Abstract

Class Incremental Learning (CIL) is a paradigm that excels in efficiently training models on an expanding set of classes, while preserving performance in classes learned earlier. In the context of smart city development, CIL plays a crucial role in addressing the need for Networking Systems of Artificial Intelligence (NSAI) to continuously adapt to ever-evolving data. In recent years, the incremental network structure widely adopted in CIL suffers from poor knowledge distillation and rapid model parameter growth. In this paper, we introduce a novel strategy named dynamic regeneration with task-adaptive distillation (DRTAD), which dynamically adapts to new tasks, and sustains good performance even as the class set continues to grow. DRTAD adopts a two-stage training strategy: dynamic regeneration and dynamic retention. During dynamic regeneration, DRTAD enhances feature representation by creating a new feature extraction module that extracts features from new classes, while also utilizing features from previously learned classes. Additionally, DRTAD introduces task-adaptive distillation to improve the poor knowledge distillation, further mitigating catastrophic forgetting. During the dynamic retention phase, DRTAD achieves a higher pruning rate through RM operation.
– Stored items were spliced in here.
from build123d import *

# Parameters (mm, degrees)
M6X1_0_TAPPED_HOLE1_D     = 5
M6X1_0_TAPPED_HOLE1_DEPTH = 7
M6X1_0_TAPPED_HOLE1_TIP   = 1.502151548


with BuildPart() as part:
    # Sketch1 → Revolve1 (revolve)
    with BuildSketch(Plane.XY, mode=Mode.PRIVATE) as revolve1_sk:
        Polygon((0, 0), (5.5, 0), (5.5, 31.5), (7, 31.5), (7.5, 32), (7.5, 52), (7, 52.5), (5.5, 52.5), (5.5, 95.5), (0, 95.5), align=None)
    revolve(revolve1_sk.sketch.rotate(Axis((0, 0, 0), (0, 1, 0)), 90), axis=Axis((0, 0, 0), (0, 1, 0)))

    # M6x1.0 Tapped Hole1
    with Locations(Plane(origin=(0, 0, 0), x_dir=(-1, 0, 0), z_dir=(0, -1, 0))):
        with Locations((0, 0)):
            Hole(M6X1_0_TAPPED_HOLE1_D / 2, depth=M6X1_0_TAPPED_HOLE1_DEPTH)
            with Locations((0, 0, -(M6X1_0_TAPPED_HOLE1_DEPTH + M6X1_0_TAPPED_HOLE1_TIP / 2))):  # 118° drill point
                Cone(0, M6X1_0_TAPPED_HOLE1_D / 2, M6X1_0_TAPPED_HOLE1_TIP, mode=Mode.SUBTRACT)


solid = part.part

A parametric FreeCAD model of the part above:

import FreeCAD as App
import Part
import Sketcher

V = App.Vector


def add_polygon(sketch, points):
    """Adds a closed chain of lines whose ends are joined by coincident constraints."""
    first, n = sketch.GeometryCount, len(points)
    for a, b in zip(points, points[1:] + points[:1]):
        sketch.addGeometry(Part.LineSegment(App.Vector(*a, 0), App.Vector(*b, 0)), False)
    for i in range(n):
        sketch.addConstraint(Sketcher.Constraint("Coincident", first + i, 2, first + (i + 1) % n, 1))

doc = App.newDocument("Part")
body = doc.addObject("PartDesign::Body", "Body")

# Sketch on XY plane
sketch1 = body.newObject("Sketcher::SketchObject", "Sketch")
sketch1.AttachmentSupport = (doc.getObject("XY_Plane"), [""])
sketch1.MapMode = "FlatFace"
add_polygon(sketch1, [(0, 0), (5.5, 0), (5.5, 31.5), (7, 31.5), (7.5, 32), (7.5, 52), (7, 52.5), (5.5, 52.5), (5.5, 95.5), (0, 95.5)])  # lines 0-9
sketch1.addConstraint([
    Sketcher.Constraint("Horizontal", 0),
    Sketcher.Constraint("Vertical", 1),
    Sketcher.Constraint("Horizontal", 2),
    Sketcher.Constraint("Vertical", 4),
    Sketcher.Constraint("Horizontal", 6),
    Sketcher.Constraint("Vertical", 7),
    Sketcher.Constraint("Horizontal", 8),
    Sketcher.Constraint("Vertical", 9),
    Sketcher.Constraint("Coincident", 9, 2, -1, 1),
    Sketcher.Constraint("Perpendicular", 3, 5),
    Sketcher.Constraint("Vertical", 2, 2, 5, 2),
    Sketcher.Constraint("Vertical", 1, 2, 6, 2),
    Sketcher.Constraint("Equal", 3, 5),
    Sketcher.Constraint("DistanceY", 4, 1, 4, 2, 20.0),
    Sketcher.Constraint("DistanceY", 7, 1, 7, 2, 43.0),
    Sketcher.Constraint("DistanceX", 0, 1, 0, 2, 5.5),
    Sketcher.Constraint("DistanceX", 2, 1, 2, 2, 1.5),
    Sketcher.Constraint("DistanceY", 1, 1, 1, 2, 31.5),
    Sketcher.Constraint("DistanceY", 9, 2, 9, 1, 95.5),
])
revolution = body.newObject("PartDesign::Revolution", "Revolution")
revolution.Profile = sketch1
revolution.ReferenceAxis = (sketch1, ["V_Axis"])
revolution.Angle = 360

# Sketch on XZ plane
sketch2 = body.newObject("Sketcher::SketchObject", "Sketch001")
sketch2.AttachmentSupport = (doc.getObject("XZ_Plane"), [""])
sketch2.MapMode = "FlatFace"
sketch2.addGeometry(Part.Circle(V(0, 0, 0), V(0, 0, 1), 2.5), False)
sketch2.addConstraint([
    Sketcher.Constraint("Coincident", 0, 3, -1, 1),
    Sketcher.Constraint("Diameter", 0, 5.0),
])
doc.recompute()
hole = body.newObject("PartDesign::Hole", "Hole")
hole.Profile = sketch2
hole.ThreadType = "None"
hole.Diameter = 5
hole.DepthType = "Dimension"
hole.Depth = 7
hole.DrillPoint = "Angled"
hole.DrillPointAngle = 118

doc.recompute()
Comprehensive experiments on CIFAR-100 and ImageNet-100 datasets demonstrate DRTAD’s superior performance compared to existing CIL methods. Notably, in the CIFAR100-B50 5 steps incremental setting, DRTAD increases the last-phase accuracy from 65.51% to 70.54% (+5.03%), while maintaining fewer parameters (−11.1%). Similarly, in the ImageNet100-B50 10 steps setting, the last-phase accuracy rises from 70.04% to 72.50% (+2.46%). These results indicate DRTAD’s efficacy in mitigating catastrophic forgetting in incremental structure.